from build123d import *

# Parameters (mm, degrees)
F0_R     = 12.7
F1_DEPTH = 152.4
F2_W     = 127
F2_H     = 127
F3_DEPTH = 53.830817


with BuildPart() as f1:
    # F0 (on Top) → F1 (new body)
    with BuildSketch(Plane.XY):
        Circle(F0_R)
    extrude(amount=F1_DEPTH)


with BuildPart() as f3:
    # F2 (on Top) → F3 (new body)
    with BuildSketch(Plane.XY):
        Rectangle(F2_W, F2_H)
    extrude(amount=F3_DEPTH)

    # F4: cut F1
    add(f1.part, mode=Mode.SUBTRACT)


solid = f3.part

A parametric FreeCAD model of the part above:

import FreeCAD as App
import Part
import Sketcher

V = App.Vector
Q = App.Units.Quantity

doc = App.newDocument("Part")
body = doc.addObject("PartDesign::Body", "Body")

sketch1 = body.newObject("Sketcher::SketchObject", "Sketch")
sketch1.AttachmentSupport = (doc.getObject("XY_Plane"), [""])
sketch1.MapMode = "FlatFace"
sketch1.addGeometry(Part.Circle(V(0, 0, 0), V(0, 0, 1), 13), False)
sketch1.addConstraint([
    Sketcher.Constraint("Coincident", 0, 3, -1, 1),
    Sketcher.Constraint("Diameter", 0, Q("1 in")),
])
pad1 = body.newObject("PartDesign::Pad", "Pad")
pad1.Profile = sketch1
pad1.Length = Q("6 in")
body2 = doc.addObject("PartDesign::Body", "Body001")

sketch2 = body2.newObject("Sketcher::SketchObject", "Sketch001")
sketch2.AttachmentSupport = (doc.getObject("XY_Plane001"), [""])
sketch2.MapMode = "FlatFace"
sketch2.addGeometry([
    Part.LineSegment(V(-64, 64, 0), V(-64, -64, 0)),
    Part.LineSegment(V(-64, -64, 0), V(64, -64, 0)),
    Part.LineSegment(V(64, -64, 0), V(64, 64, 0)),
    Part.LineSegment(V(64, 64, 0), V(-64, 64, 0)),
], False)
sketch2.addConstraint([
    Sketcher.Constraint("Coincident", 0, 2, 1, 1),
    Sketcher.Constraint("Coincident", 1, 2, 2, 1),
    Sketcher.Constraint("Coincident", 2, 2, 3, 1),
    Sketcher.Constraint("Coincident", 3, 2, 0, 1),
    Sketcher.Constraint("Vertical", 0),
    Sketcher.Constraint("Horizontal", 1),
    Sketcher.Constraint("Vertical", 2),
    Sketcher.Constraint("Horizontal", 3),
    Sketcher.Constraint("Symmetric", 0, 2, 2, 2, -1, 1),
    Sketcher.Constraint("Equal", 3, 0),
    Sketcher.Constraint("DistanceX", 1, 1, 1, 2, Q("5 in")),
])
pad2 = body2.newObject("PartDesign::Pad", "Pad001")
pad2.Profile = sketch2
pad2.Length = 53.830817
doc.recompute()

boolean = body2.newObject("PartDesign::Boolean", "Boolean")
boolean.Type = "Cut"
boolean.addObjects([body])

doc.recompute()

◆ Assignment
Once you have checked every line of the material above, return the ones that hold the string "with".

◆ Answer space
with BuildPart() as f1:
    with BuildSketch(Plane.XY):
with BuildPart() as f3:
    with BuildSketch(Plane.XY):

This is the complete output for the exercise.